Natron darf niemals fehlen – für vielfältige Anwendungen, vor allem aber als Triebmittel
Natron ist ein hervorragender Helfer in der Küche und darf bei der Zubereitung von Süßspeisen und Keksen nicht fehlen! Natron unterstützt nämlich das Aufgehen von Backwaren. Geben Sie einfach einen Teelöffel in den Teig für Süßspeisen und Kuchen oder lösen Sie es in Milch auf – pro 500 Gramm Mehl.
Aber Achtung: Natron allein hat keine treibende Wirkung, sondern muss mit klassischem Backpulver oder Weinstein ergänzt werden. Sie werden erstaunt sein, wie gut Ihre Kuchen und Kekse aufgehen!
Bei Süßspeisen kann es außerdem zum Aufschlagen von Eiweiß verwendet werden.
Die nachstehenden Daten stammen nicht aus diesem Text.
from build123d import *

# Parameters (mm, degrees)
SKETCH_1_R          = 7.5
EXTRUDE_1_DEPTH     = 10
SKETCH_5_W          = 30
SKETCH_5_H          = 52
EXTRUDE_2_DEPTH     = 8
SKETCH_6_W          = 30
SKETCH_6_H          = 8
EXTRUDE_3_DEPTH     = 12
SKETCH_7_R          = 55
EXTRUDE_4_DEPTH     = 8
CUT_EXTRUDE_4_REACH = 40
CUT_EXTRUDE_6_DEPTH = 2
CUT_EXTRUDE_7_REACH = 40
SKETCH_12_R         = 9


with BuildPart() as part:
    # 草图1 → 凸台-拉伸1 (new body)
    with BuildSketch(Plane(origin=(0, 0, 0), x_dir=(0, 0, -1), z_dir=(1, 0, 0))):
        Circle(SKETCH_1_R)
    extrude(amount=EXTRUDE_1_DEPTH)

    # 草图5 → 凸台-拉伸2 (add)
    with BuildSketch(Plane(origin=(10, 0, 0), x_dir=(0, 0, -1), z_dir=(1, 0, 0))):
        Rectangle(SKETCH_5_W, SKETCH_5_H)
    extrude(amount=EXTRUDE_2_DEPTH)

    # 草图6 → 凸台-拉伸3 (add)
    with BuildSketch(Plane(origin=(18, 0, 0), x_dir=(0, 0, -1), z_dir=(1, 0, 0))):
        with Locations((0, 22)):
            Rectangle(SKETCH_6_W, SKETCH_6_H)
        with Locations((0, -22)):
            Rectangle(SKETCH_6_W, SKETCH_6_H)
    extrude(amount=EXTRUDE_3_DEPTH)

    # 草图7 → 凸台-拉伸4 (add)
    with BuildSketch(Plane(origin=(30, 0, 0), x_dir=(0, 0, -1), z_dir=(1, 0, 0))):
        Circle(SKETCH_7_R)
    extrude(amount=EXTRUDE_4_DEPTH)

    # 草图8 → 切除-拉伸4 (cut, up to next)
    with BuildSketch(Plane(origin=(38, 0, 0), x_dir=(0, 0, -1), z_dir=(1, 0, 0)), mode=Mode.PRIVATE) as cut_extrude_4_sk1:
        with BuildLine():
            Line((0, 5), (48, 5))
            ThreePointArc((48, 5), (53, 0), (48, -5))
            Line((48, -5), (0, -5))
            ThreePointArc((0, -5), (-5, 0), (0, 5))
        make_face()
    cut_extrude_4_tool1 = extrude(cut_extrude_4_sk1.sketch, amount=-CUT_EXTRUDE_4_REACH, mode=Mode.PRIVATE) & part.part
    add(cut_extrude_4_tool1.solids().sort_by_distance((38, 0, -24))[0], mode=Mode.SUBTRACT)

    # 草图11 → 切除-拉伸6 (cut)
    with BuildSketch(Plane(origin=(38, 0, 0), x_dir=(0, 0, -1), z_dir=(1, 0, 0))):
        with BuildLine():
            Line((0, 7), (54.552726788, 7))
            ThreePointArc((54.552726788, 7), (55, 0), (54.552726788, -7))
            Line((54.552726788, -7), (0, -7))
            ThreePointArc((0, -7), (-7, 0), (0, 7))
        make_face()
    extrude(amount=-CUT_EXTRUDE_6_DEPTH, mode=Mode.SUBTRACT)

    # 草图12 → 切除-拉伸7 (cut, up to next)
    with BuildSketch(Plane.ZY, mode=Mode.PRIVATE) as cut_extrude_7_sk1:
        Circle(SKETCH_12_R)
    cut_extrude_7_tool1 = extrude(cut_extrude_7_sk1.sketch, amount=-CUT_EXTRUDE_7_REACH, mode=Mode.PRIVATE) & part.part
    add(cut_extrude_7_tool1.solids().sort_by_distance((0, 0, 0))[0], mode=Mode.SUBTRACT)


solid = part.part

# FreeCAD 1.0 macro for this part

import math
import FreeCAD as App
import Part
import Sketcher
from FreeCAD import Vector


def add_polygon(sketch, points):
    """Adds a closed chain of lines whose ends are joined by coincident constraints."""
    first, n = sketch.GeometryCount, len(points)
    for a, b in zip(points, points[1:] + points[:1]):
        sketch.addGeometry(Part.LineSegment(App.Vector(*a, 0), App.Vector(*b, 0)), False)
    for i in range(n):
        sketch.addConstraint(Sketcher.Constraint("Coincident", first + i, 2, first + (i + 1) % n, 1))

doc = App.newDocument("Part")
body = doc.addObject("PartDesign::Body", "Body")

sketch1 = body.newObject("Sketcher::SketchObject", "Sketch")
sketch1.AttachmentSupport = (doc.getObject("YZ_Plane"), [""])
sketch1.MapMode = "FlatFace"
sketch1.addGeometry(Part.Circle(Vector(0, 0, 0), Vector(0, 0, 1), 8), False)
sketch1.addConstraint([
    Sketcher.Constraint("Coincident", 0, 3, -1, 1),
    Sketcher.Constraint("Diameter", 0, 15.0),
])
pad1 = body.newObject("PartDesign::Pad", "Pad")
pad1.Profile = sketch1
pad1.Length = 10

sketch2 = body.newObject("Sketcher::SketchObject", "Sketch001")
sketch2.AttachmentSupport = (doc.getObject("YZ_Plane"), [""])
sketch2.MapMode = "FlatFace"
sketch2.AttachmentOffset = App.Placement(Vector(0, 0, 10), App.Rotation())
add_polygon(sketch2, [(26, 15), (-26, 15), (-26, -15), (26, -15)])
sketch2.addConstraint([
    Sketcher.Constraint("Horizontal", 0),
    Sketcher.Constraint("Vertical", 1),
    Sketcher.Constraint("Horizontal", 2),
    Sketcher.Constraint("Vertical", 3),
    Sketcher.Constraint("Symmetric", 0, 2, 2, 2, -1, 1),
    Sketcher.Constraint("DistanceX", 0, 2, 0, 1, 52.0),
    Sketcher.Constraint("DistanceY", 1, 2, 1, 1, 30.0),
])
pad2 = body.newObject("PartDesign::Pad", "Pad001")
pad2.Profile = sketch2
pad2.Length = 8

sketch3 = body.newObject("Sketcher::SketchObject", "Sketch002")
sketch3.AttachmentSupport = (doc.getObject("YZ_Plane"), [""])
sketch3.MapMode = "FlatFace"
sketch3.AttachmentOffset = App.Placement(Vector(0, 0, 18), App.Rotation())
add_polygon(sketch3, [(26, 15), (18, 15), (18, -15), (26, -15)])
add_polygon(sketch3, [(-18, 15), (-26, 15), (-26, -15), (-18, -15)])
sketch3.addConstraint([
    Sketcher.Constraint("Horizontal", 0),
    Sketcher.Constraint("Vertical", 1),
    Sketcher.Constraint("Horizontal", 2),
    Sketcher.Constraint("Vertical", 3),
    Sketcher.Constraint("Horizontal", 4),
    Sketcher.Constraint("Vertical", 5),
    Sketcher.Constraint("Horizontal", 6),
    Sketcher.Constraint("Vertical", 7),
    Sketcher.Constraint("Symmetric", 2, 2, 4, 2, -1, 1),
    Sketcher.Constraint("Symmetric", 0, 2, 6, 2, -1, 1),
    Sketcher.Constraint("Horizontal", 3, 2, 4, 2),
    Sketcher.Constraint("DistanceX", 0, 2, 0, 1, 8.0),
    Sketcher.Constraint("DistanceY", 1, 2, 1, 1, 30.0),
    Sketcher.Constraint("DistanceX", -1, 1, 0, 2, 18.0),
])
pad3 = body.newObject("PartDesign::Pad", "Pad002")
pad3.Profile = sketch3
pad3.Length = 12

sketch4 = body.newObject("Sketcher::SketchObject", "Sketch003")
sketch4.AttachmentSupport = (doc.getObject("YZ_Plane"), [""])
sketch4.MapMode = "FlatFace"
sketch4.AttachmentOffset = App.Placement(Vector(0, 0, 30), App.Rotation())
sketch4.addGeometry(Part.Circle(Vector(0, 0, 0), Vector(0, 0, 1), 55), False)
sketch4.addConstraint([
    Sketcher.Constraint("Coincident", 0, 3, -1, 1),
    Sketcher.Constraint("Diameter", 0, 110.0),
])
pad4 = body.newObject("PartDesign::Pad", "Pad003")
pad4.Profile = sketch4
pad4.Length = 8

sketch5 = body.newObject("Sketcher::SketchObject", "Sketch004")
sketch5.AttachmentSupport = (doc.getObject("YZ_Plane"), [""])
sketch5.MapMode = "FlatFace"
sketch5.AttachmentOffset = App.Placement(Vector(0, 0, 38), App.Rotation())
sketch5.addGeometry([
    Part.LineSegment(Vector(5, -48, 0), Vector(5, 0, 0)),
    Part.ArcOfCircle(Part.Circle(Vector(0, 0, 0), Vector(0, 0, 1), 5), math.radians(0), math.radians(180)),
    Part.LineSegment(Vector(-5, 0, 0), Vector(-5, -48, 0)),
    Part.ArcOfCircle(Part.Circle(Vector(0, -48, 0), Vector(0, 0, 1), 5), math.radians(180), math.radians(360)),
], False)
sketch5.addConstraint([
    Sketcher.Constraint("Tangent", 0, 2, 1, 1),
    Sketcher.Constraint("Tangent", 1, 2, 2, 1),
    Sketcher.Constraint("Tangent", 2, 2, 3, 1),
    Sketcher.Constraint("Tangent", 3, 2, 0, 1),
    Sketcher.Constraint("Vertical", 0),
    Sketcher.Constraint("Vertical", 2),
    Sketcher.Constraint("Coincident", 1, 3, -1, 1),
    Sketcher.Constraint("Radius", 1, 5.0),
    Sketcher.Constraint("DistanceY", 0, 1, 0, 2, 48.0),
])
pocket1 = body.newObject("PartDesign::Pocket", "Pocket")
pocket1.Profile = sketch5
pocket1.Type = "UpToFirst"

sketch6 = body.newObject("Sketcher::SketchObject", "Sketch005")
sketch6.AttachmentSupport = (doc.getObject("YZ_Plane"), [""])
sketch6.MapMode = "FlatFace"
sketch6.AttachmentOffset = App.Placement(Vector(0, 0, 38), App.Rotation())
sketch6.addGeometry([
    Part.LineSegment(Vector(7, -55, 0), Vector(7, 0, 0)),
    Part.ArcOfCircle(Part.Circle(Vector(0, 0, 0), Vector(0, 0, 1), 7), math.radians(0), math.radians(180)),
    Part.LineSegment(Vector(-7, 0, 0), Vector(-7, -55, 0)),
    Part.ArcOfCircle(Part.Circle(Vector(0, 0, 0), Vector(0, 0, 1), 55), math.radians(-97.31), math.radians(-82.69)),
], False)
sketch6.addConstraint([
    Sketcher.Constraint("Tangent", 0, 2, 1, 1),
    Sketcher.Constraint("Tangent", 1, 2, 2, 1),
    Sketcher.Constraint("Coincident", 2, 2, 3, 1),
    Sketcher.Constraint("Coincident", 3, 2, 0, 1),
    Sketcher.Constraint("Vertical", 0),
    Sketcher.Constraint("Vertical", 2),
    Sketcher.Constraint("Coincident", 1, 3, -1, 1),
    Sketcher.Constraint("Coincident", 3, 3, -1, 1),
    Sketcher.Constraint("Radius", 1, 7.0),
    Sketcher.Constraint("Radius", 3, 55.0),
])
pocket2 = body.newObject("PartDesign::Pocket", "Pocket001")
pocket2.Profile = sketch6
pocket2.Length = 2

sketch7 = body.newObject("Sketcher::SketchObject", "Sketch006")
sketch7.AttachmentSupport = (doc.getObject("YZ_Plane"), [""])
sketch7.MapMode = "FlatFace"
sketch7.addGeometry(Part.Circle(Vector(0, 0, 0), Vector(0, 0, 1), 9), False)
sketch7.addConstraint([
    Sketcher.Constraint("Coincident", 0, 3, -1, 1),
    Sketcher.Constraint("Diameter", 0, 18.0),
])
pocket3 = body.newObject("PartDesign::Pocket", "Pocket002")
pocket3.Profile = sketch7
pocket3.Type = "UpToFirst"
pocket3.Reversed = True

doc.recompute()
Wenn Sie beim Schlagen des Eiweißes eine Prise Natron hinzufügen, wird es schneller steif und bleibt „stabiler“, wenn Sie es unter den Teig heben!
Eine weitere Verwendung besteht darin, bestimmte Zubereitungen weniger sauer zu machen, zum Beispiel passierte Tomaten, indem Sie während des Kochens eine Prise Natron hinzufügen.
Bei Gemüse kann es als Desinfektionsmittel beim Waschen verwendet werden oder sogar unangenehme Gerüche mindern, etwa beim Kochen von Blumenkohl oder Kohl. Geben Sie dazu während des Kochens 2 Teelöffel pro Liter Wasser hinzu.